Hull is usually sceptical of latest flame retardants, nonetheless. He factors out that some concepts have come and gone. “There was a number of work executed on clay nanocomposites within the early 2000s,” he says. “Now, 20-25 years later, basically 99% of that has fizzled out.”
College of Dayton Analysis InstituteWhereas timber tends to burn at a hard and fast charge, making plastic flame resistant is one other story as a result of plastics are likely to burn at an accelerating charge, he explains.
Dr Morgan provides that he calls polyethylene, a kind of plastic generally utilized in building, “strong gasoline” due to its comparable chemical construction and capability to burn quickly.
In Australia, First Graphene says it has discovered a solution to gradual the unfold of fireplace in plastics by including graphene – tiny flakes of carbon atoms organized in honeycomb lattices. Michael Bell, managing director and chief govt, says the agency’s answer, PureGRAPH, has already been added to merchandise together with protecting footwear and conveyor belts used within the mining trade.
First Graphene says it really works by forming a protecting fuel barrier, stopping the discharge of risky compounds previous to ignition, and likewise a char layer ought to ignition happen. However graphene is a notoriously enigmatic materials and the corporate says there could also be different mechanisms at work, which aren’t but totally understood.
Might graphene have an effect on individuals’s well being following a fireplace? A spokeswoman says, “There is no knowledge suggesting that graphene poses any well being hazards. The trade continues to check and consider these points.”
Within the UK, Vector Houses is making ready to promote a licence for PureGRAPH to makers of plastic pellets that could possibly be used to make building supplies similar to fascia boards.
Experiments counsel that the graphene does scale back the plastic’s means to burn. “It hits the best scores in these assessments,” says Liam Britnell, co-founder and chief expertise officer.
Buildings aren’t simply in danger from fires that begin inside them, although. “There’s an increase in wildfires,” says Dr Morgan. That is why Eric Appel at Stanford College, and colleagues have been engaged on gel-like fireplace retardants that could possibly be sprayed onto a house hours earlier than a wildfire reaches it, to restrict the harm.

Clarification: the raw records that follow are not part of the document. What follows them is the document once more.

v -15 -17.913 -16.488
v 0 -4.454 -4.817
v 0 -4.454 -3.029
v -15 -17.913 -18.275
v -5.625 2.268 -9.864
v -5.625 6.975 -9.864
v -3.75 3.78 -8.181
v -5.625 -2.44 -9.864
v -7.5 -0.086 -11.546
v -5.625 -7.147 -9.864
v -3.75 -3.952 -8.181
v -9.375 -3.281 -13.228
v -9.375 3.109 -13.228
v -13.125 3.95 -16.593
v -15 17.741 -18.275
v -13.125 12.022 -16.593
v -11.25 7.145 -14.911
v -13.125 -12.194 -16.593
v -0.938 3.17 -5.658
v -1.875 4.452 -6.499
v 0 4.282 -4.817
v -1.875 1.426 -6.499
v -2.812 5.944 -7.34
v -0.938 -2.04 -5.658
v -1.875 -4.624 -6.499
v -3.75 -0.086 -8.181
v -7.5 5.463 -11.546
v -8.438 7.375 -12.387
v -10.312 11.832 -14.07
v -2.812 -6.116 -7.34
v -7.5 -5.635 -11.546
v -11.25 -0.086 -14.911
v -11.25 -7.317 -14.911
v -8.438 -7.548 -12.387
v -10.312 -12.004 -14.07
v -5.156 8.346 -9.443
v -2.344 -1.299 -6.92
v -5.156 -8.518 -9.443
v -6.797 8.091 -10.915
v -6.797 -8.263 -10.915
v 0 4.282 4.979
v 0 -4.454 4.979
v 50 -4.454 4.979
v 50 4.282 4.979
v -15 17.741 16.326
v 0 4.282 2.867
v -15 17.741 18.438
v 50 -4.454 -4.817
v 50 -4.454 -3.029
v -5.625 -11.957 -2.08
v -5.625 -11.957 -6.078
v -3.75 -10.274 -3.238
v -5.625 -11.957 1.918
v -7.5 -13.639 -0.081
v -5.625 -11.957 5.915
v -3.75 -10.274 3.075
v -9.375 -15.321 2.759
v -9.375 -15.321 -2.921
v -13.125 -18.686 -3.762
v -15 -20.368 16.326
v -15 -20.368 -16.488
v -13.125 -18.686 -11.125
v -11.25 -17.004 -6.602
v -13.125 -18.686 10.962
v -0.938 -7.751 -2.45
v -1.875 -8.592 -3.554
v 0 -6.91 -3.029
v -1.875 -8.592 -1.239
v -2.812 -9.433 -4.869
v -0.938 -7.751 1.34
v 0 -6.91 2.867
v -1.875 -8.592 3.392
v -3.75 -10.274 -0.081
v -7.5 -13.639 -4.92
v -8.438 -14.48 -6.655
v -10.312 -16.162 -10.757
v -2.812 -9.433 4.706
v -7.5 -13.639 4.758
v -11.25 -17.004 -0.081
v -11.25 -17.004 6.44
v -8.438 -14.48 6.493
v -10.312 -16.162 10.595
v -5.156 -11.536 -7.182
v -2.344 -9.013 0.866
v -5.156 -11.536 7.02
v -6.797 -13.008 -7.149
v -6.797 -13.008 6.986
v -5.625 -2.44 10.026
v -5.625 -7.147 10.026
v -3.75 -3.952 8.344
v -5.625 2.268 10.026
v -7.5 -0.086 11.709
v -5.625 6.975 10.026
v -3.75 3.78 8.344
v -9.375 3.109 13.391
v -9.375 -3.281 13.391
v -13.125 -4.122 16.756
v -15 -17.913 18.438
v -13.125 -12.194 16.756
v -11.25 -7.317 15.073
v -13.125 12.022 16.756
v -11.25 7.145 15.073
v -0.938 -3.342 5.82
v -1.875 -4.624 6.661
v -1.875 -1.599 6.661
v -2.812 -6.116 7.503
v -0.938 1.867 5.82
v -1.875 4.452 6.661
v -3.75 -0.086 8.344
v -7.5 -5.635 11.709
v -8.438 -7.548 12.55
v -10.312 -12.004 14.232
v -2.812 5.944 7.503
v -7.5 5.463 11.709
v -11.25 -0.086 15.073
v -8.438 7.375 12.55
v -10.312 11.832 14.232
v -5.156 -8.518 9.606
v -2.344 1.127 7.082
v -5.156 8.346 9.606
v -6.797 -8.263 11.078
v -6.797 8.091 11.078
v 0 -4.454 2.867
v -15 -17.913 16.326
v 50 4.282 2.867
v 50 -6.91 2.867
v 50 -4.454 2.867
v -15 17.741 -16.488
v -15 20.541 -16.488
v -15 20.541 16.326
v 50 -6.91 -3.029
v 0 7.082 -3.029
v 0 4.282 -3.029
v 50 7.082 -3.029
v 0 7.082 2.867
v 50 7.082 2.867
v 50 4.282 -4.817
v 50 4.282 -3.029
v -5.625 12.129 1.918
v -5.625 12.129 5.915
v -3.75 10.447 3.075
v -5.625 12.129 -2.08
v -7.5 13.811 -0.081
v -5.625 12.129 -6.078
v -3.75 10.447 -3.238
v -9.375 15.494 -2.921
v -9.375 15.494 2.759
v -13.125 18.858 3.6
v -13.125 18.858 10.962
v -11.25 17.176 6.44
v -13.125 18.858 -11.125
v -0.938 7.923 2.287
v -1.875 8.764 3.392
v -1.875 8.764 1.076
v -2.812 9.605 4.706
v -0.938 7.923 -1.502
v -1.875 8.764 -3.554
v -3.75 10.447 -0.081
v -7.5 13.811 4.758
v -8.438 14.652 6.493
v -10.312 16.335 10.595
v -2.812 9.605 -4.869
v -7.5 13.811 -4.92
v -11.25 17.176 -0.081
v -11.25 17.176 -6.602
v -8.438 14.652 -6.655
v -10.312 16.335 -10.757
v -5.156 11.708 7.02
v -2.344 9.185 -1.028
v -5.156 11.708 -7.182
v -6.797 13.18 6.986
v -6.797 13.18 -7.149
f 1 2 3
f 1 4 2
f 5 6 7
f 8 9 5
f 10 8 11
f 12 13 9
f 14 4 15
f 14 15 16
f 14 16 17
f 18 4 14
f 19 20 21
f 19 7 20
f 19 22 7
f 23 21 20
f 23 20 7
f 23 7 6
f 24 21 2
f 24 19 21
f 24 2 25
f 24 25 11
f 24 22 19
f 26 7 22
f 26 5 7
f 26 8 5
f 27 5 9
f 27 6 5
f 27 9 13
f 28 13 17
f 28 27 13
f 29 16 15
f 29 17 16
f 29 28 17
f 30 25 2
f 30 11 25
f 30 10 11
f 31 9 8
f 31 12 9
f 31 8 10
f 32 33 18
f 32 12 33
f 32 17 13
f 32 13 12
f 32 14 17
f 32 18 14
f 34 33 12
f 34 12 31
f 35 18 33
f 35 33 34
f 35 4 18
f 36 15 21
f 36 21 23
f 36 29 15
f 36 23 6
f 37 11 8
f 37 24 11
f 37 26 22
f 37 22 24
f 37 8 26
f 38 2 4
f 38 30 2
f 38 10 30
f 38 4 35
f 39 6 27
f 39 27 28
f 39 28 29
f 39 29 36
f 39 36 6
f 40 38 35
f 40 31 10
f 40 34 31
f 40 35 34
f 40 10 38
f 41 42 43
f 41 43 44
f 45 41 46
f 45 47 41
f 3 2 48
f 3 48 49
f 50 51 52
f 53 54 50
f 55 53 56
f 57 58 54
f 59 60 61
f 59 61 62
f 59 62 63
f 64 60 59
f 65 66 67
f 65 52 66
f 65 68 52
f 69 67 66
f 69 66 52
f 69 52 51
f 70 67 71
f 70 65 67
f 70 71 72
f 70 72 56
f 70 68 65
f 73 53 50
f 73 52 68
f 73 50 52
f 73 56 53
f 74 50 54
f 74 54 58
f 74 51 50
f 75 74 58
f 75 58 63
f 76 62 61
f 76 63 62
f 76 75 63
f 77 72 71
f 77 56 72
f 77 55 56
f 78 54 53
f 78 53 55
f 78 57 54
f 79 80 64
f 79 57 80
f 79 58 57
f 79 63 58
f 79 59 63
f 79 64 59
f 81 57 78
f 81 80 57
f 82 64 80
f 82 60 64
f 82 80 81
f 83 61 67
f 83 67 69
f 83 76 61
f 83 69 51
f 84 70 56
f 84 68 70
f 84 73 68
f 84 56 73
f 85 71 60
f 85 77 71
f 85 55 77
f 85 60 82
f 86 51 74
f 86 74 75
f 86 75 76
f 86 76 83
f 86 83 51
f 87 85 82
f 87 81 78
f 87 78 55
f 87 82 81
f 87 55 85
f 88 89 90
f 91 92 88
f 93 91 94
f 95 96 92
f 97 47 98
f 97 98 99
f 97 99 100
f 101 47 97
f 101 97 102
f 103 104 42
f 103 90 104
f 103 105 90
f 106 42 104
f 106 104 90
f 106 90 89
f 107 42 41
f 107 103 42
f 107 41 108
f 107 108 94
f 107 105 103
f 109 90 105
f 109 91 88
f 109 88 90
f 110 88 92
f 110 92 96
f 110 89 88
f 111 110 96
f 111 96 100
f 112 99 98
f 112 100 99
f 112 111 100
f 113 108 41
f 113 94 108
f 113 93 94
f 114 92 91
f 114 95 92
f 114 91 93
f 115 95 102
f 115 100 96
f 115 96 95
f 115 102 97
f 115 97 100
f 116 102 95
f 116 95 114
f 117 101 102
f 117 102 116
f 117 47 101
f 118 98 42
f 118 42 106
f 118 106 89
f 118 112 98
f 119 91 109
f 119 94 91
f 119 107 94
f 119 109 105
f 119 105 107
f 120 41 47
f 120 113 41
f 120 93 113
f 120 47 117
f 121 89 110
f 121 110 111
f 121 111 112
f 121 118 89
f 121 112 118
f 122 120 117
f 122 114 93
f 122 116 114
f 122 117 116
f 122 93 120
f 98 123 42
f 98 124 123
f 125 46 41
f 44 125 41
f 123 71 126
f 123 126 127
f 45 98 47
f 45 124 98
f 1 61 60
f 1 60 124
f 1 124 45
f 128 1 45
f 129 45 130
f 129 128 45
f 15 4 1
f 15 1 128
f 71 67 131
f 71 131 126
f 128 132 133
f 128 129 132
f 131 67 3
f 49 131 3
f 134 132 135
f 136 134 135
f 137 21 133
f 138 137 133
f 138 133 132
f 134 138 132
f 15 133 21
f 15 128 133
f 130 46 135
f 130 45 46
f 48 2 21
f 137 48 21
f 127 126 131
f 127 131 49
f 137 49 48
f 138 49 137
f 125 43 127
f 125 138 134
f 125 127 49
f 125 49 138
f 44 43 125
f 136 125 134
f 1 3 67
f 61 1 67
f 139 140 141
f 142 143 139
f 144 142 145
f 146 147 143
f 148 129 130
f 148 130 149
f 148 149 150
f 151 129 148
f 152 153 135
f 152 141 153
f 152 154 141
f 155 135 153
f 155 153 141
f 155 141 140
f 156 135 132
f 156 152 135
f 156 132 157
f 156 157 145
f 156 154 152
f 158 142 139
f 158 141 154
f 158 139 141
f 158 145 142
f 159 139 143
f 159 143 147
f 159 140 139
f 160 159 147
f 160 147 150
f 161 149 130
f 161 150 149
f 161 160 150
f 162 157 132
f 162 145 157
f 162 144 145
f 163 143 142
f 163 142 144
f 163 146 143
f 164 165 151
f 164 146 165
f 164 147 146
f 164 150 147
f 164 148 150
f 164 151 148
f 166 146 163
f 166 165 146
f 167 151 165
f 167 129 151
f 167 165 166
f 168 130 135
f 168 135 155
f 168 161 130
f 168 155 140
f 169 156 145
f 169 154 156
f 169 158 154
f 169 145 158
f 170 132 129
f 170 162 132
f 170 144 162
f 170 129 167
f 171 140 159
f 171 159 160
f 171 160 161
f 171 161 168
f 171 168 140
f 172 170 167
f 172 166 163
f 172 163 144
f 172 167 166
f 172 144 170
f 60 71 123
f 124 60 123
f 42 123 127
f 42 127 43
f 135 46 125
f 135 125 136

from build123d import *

# Parameters (mm, degrees)
F0_W     = 8.736010408
F0_H     = 2.1122291218
F0_H_2   = 1.7872701865
F0_W_2   = 2.455455251
F0_H_3   = 5.8963275515
F0_W_3   = 2.8000103775
F1_DEPTH = 50
F2_DEPTH = 15
F2_TAPER = -41.9


with BuildPart() as f1:
    # F0 (on Right) → F1 (new body)
    with BuildSketch(Plane.YZ):
        with Locations((-0.0861387816, 3.9230386028)):
            Rectangle(F0_W, F0_H)
        with Locations((-0.0861387816, -3.9230386028)):
            Rectangle(F0_W, F0_H_2)
        with Locations((-5.6818716112, -0.0812397338)):
            Rectangle(F0_W_2, F0_H_3)
        with Locations((5.6818716112, -0.0812397338)):
            Rectangle(F0_W_3, F0_H_3)
        with Locations((-0.0861387816, -0.0812397338)):
            Rectangle(F0_W, F0_H_3)
    extrude(amount=F1_DEPTH)

    # F1_face (on face) → F2 (join)
    with BuildSketch(Plane(origin=(0, 0.0357904821, 0.0380455387), x_dir=(0, 1, 0), z_dir=(-1, 0, 0))):
        Polygon((-4.4899344677, -4.941107625), (4.2460759403, -4.941107625), (4.2460759403, -2.8288785031), (7.0460863178, -2.8288785031), (7.0460863178, 3.0674490483), (4.2460759403, 3.0674490483), (4.2460759403, 4.8547192348), (-4.4899344677, 4.8547192348), (-4.4899344677, 3.0674490483), (-6.9453897188, 3.0674490483), (-6.9453897188, -2.8288785031), (-4.4899344677, -2.8288785031), align=None)
    extrude(amount=F2_DEPTH, taper=F2_TAPER)


solid = f1.part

Prof Appel hopes to check the substance on mini buildings, or mock-built properties, quickly.
Lab work revealed that, upon publicity to a flame, one of many gels he was engaged on bubbled as much as type a porous aerogel construction inside it that’s extremely protecting towards fireplace.
“As quickly as I noticed that it did that, it was like, ‘Oh my gosh – that will be excellent for this’,” recollects Prof Appel.